(Source data)
- - - - -
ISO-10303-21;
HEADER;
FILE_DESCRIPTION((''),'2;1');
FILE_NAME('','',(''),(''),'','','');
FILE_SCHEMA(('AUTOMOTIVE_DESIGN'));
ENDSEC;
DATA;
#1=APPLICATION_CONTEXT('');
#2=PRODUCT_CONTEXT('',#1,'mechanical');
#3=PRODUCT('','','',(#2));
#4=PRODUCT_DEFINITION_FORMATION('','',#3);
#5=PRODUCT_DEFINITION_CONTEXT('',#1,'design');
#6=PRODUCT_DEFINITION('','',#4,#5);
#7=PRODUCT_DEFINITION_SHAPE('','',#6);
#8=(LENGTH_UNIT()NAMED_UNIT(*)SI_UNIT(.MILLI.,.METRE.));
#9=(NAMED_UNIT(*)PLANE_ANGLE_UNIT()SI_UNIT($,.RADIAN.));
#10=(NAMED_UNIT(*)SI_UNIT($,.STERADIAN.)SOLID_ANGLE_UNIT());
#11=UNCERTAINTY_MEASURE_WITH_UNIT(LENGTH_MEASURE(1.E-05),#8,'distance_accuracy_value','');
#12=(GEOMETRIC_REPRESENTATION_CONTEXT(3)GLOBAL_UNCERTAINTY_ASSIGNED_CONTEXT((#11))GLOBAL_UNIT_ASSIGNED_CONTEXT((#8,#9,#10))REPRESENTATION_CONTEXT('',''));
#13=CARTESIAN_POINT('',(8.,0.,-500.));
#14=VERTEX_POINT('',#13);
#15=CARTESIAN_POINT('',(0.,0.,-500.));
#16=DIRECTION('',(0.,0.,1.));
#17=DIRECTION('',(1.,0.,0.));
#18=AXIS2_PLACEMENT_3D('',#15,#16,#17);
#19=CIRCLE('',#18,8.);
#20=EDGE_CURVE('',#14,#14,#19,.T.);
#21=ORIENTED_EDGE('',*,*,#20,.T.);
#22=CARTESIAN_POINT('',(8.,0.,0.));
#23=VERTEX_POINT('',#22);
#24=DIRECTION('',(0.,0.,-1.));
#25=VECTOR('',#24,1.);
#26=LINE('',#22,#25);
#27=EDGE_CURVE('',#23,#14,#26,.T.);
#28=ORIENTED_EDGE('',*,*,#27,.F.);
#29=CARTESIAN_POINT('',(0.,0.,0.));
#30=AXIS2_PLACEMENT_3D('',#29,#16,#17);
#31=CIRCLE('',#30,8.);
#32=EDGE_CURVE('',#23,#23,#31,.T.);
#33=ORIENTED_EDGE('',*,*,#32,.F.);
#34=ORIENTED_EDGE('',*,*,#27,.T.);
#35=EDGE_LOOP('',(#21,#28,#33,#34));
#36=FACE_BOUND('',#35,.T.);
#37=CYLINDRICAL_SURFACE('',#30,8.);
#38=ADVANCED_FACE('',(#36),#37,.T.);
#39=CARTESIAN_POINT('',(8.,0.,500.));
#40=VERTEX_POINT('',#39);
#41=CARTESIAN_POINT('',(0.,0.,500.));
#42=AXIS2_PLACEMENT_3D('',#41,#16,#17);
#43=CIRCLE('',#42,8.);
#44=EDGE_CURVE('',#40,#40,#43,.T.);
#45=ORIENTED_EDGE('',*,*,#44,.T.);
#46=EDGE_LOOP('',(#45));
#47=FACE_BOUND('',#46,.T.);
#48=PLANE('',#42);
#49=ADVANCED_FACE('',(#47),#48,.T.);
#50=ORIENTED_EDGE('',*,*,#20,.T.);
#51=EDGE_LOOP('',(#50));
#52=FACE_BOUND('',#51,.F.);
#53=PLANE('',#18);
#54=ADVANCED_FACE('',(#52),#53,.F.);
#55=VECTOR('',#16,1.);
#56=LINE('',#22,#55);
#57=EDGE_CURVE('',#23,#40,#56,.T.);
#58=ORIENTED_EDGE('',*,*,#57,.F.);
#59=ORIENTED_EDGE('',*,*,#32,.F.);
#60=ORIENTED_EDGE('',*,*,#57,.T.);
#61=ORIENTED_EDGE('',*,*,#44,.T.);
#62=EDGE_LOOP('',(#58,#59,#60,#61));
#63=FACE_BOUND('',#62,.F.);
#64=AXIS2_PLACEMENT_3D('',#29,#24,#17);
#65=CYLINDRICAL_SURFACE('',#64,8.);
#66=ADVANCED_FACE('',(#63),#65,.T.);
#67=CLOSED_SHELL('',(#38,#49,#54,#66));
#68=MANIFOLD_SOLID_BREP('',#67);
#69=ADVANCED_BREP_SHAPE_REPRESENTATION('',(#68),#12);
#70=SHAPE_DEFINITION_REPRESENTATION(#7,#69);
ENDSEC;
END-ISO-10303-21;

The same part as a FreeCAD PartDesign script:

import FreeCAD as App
import Part
import Sketcher

V = App.Vector

doc = App.newDocument("Part")
body = doc.addObject("PartDesign::Body", "Body")

# Sketch on XY plane
sketch1 = body.newObject("Sketcher::SketchObject", "Sketch")
sketch1.AttachmentSupport = (doc.getObject("XY_Plane"), [""])
sketch1.MapMode = "FlatFace"
sketch1.addGeometry(Part.Circle(V(0, 0, 0), V(0, 0, 1), 8), False)
sketch1.addConstraint([
    Sketcher.Constraint("Coincident", 0, 3, -1, 1),
    Sketcher.Constraint("Diameter", 0, 16.0),
])
pad1 = body.newObject("PartDesign::Pad", "Pad")
pad1.Profile = sketch1
pad1.Length = 1000
pad1.Midplane = True

doc.recompute()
- - - - -
Every record above is to be written out exactly.

ISO-10303-21;
HEADER;
FILE_DESCRIPTION((''),'2;1');
FILE_NAME('','',(''),(''),'','','');
FILE_SCHEMA(('AUTOMOTIVE_DESIGN'));
ENDSEC;
DATA;
#1=APPLICATION_CONTEXT('');
#2=PRODUCT_CONTEXT('',#1,'mechanical');
#3=PRODUCT('','','',(#2));
#4=PRODUCT_DEFINITION_FORMATION('','',#3);
#5=PRODUCT_DEFINITION_CONTEXT('',#1,'design');
#6=PRODUCT_DEFINITION('','',#4,#5);
#7=PRODUCT_DEFINITION_SHAPE('','',#6);
#8=(LENGTH_UNIT()NAMED_UNIT(*)SI_UNIT(.MILLI.,.METRE.));
#9=(NAMED_UNIT(*)PLANE_ANGLE_UNIT()SI_UNIT($,.RADIAN.));
#10=(NAMED_UNIT(*)SI_UNIT($,.STERADIAN.)SOLID_ANGLE_UNIT());
#11=UNCERTAINTY_MEASURE_WITH_UNIT(LENGTH_MEASURE(1.E-05),#8,'distance_accuracy_value','');
#12=(GEOMETRIC_REPRESENTATION_CONTEXT(3)GLOBAL_UNCERTAINTY_ASSIGNED_CONTEXT((#11))GLOBAL_UNIT_ASSIGNED_CONTEXT((#8,#9,#10))REPRESENTATION_CONTEXT('',''));
#13=CARTESIAN_POINT('',(8.,0.,-500.));
#14=VERTEX_POINT('',#13);
#15=CARTESIAN_POINT('',(0.,0.,-500.));
#16=DIRECTION('',(0.,0.,1.));
#17=DIRECTION('',(1.,0.,0.));
#18=AXIS2_PLACEMENT_3D('',#15,#16,#17);
#19=CIRCLE('',#18,8.);
#20=EDGE_CURVE('',#14,#14,#19,.T.);
#21=ORIENTED_EDGE('',*,*,#20,.T.);
#22=CARTESIAN_POINT('',(8.,0.,0.));
#23=VERTEX_POINT('',#22);
#24=DIRECTION('',(0.,0.,-1.));
#25=VECTOR('',#24,1.);
#26=LINE('',#22,#25);
#27=EDGE_CURVE('',#23,#14,#26,.T.);
#28=ORIENTED_EDGE('',*,*,#27,.F.);
#29=CARTESIAN_POINT('',(0.,0.,0.));
#30=AXIS2_PLACEMENT_3D('',#29,#16,#17);
#31=CIRCLE('',#30,8.);
#32=EDGE_CURVE('',#23,#23,#31,.T.);
#33=ORIENTED_EDGE('',*,*,#32,.F.);
#34=ORIENTED_EDGE('',*,*,#27,.T.);
#35=EDGE_LOOP('',(#21,#28,#33,#34));
#36=FACE_BOUND('',#35,.T.);
#37=CYLINDRICAL_SURFACE('',#30,8.);
#38=ADVANCED_FACE('',(#36),#37,.T.);
#39=CARTESIAN_POINT('',(8.,0.,500.));
#40=VERTEX_POINT('',#39);
#41=CARTESIAN_POINT('',(0.,0.,500.));
#42=AXIS2_PLACEMENT_3D('',#41,#16,#17);
#43=CIRCLE('',#42,8.);
#44=EDGE_CURVE('',#40,#40,#43,.T.);
#45=ORIENTED_EDGE('',*,*,#44,.T.);
#46=EDGE_LOOP('',(#45));
#47=FACE_BOUND('',#46,.T.);
#48=PLANE('',#42);
#49=ADVANCED_FACE('',(#47),#48,.T.);
#50=ORIENTED_EDGE('',*,*,#20,.T.);
#51=EDGE_LOOP('',(#50));
#52=FACE_BOUND('',#51,.F.);
#53=PLANE('',#18);
#54=ADVANCED_FACE('',(#52),#53,.F.);
#55=VECTOR('',#16,1.);
#56=LINE('',#22,#55);
#57=EDGE_CURVE('',#23,#40,#56,.T.);
#58=ORIENTED_EDGE('',*,*,#57,.F.);
#59=ORIENTED_EDGE('',*,*,#32,.F.);
#60=ORIENTED_EDGE('',*,*,#57,.T.);
#61=ORIENTED_EDGE('',*,*,#44,.T.);
#62=EDGE_LOOP('',(#58,#59,#60,#61));
#63=FACE_BOUND('',#62,.F.);
#64=AXIS2_PLACEMENT_3D('',#29,#24,#17);
#65=CYLINDRICAL_SURFACE('',#64,8.);
#66=ADVANCED_FACE('',(#63),#65,.T.);
#67=CLOSED_SHELL('',(#38,#49,#54,#66));
#68=MANIFOLD_SOLID_BREP('',#67);
#69=ADVANCED_BREP_SHAPE_REPRESENTATION('',(#68),#12);
#70=SHAPE_DEFINITION_REPRESENTATION(#7,#69);
ENDSEC;
END-ISO-10303-21;

The same part as a FreeCAD PartDesign script:

import FreeCAD as App
import Part
import Sketcher

V = App.Vector

doc = App.newDocument("Part")
body = doc.addObject("PartDesign::Body", "Body")

# Sketch on XY plane
sketch1 = body.newObject("Sketcher::SketchObject", "Sketch")
sketch1.AttachmentSupport = (doc.getObject("XY_Plane"), [""])
sketch1.MapMode = "FlatFace"
sketch1.addGeometry(Part.Circle(V(0, 0, 0), V(0, 0, 1), 8), False)
sketch1.addConstraint([
    Sketcher.Constraint("Coincident", 0, 3, -1, 1),
    Sketcher.Constraint("Diameter", 0, 16.0),
])
pad1 = body.newObject("PartDesign::Pad", "Pad")
pad1.Profile = sketch1
pad1.Length = 1000
pad1.Midplane = True

doc.recompute()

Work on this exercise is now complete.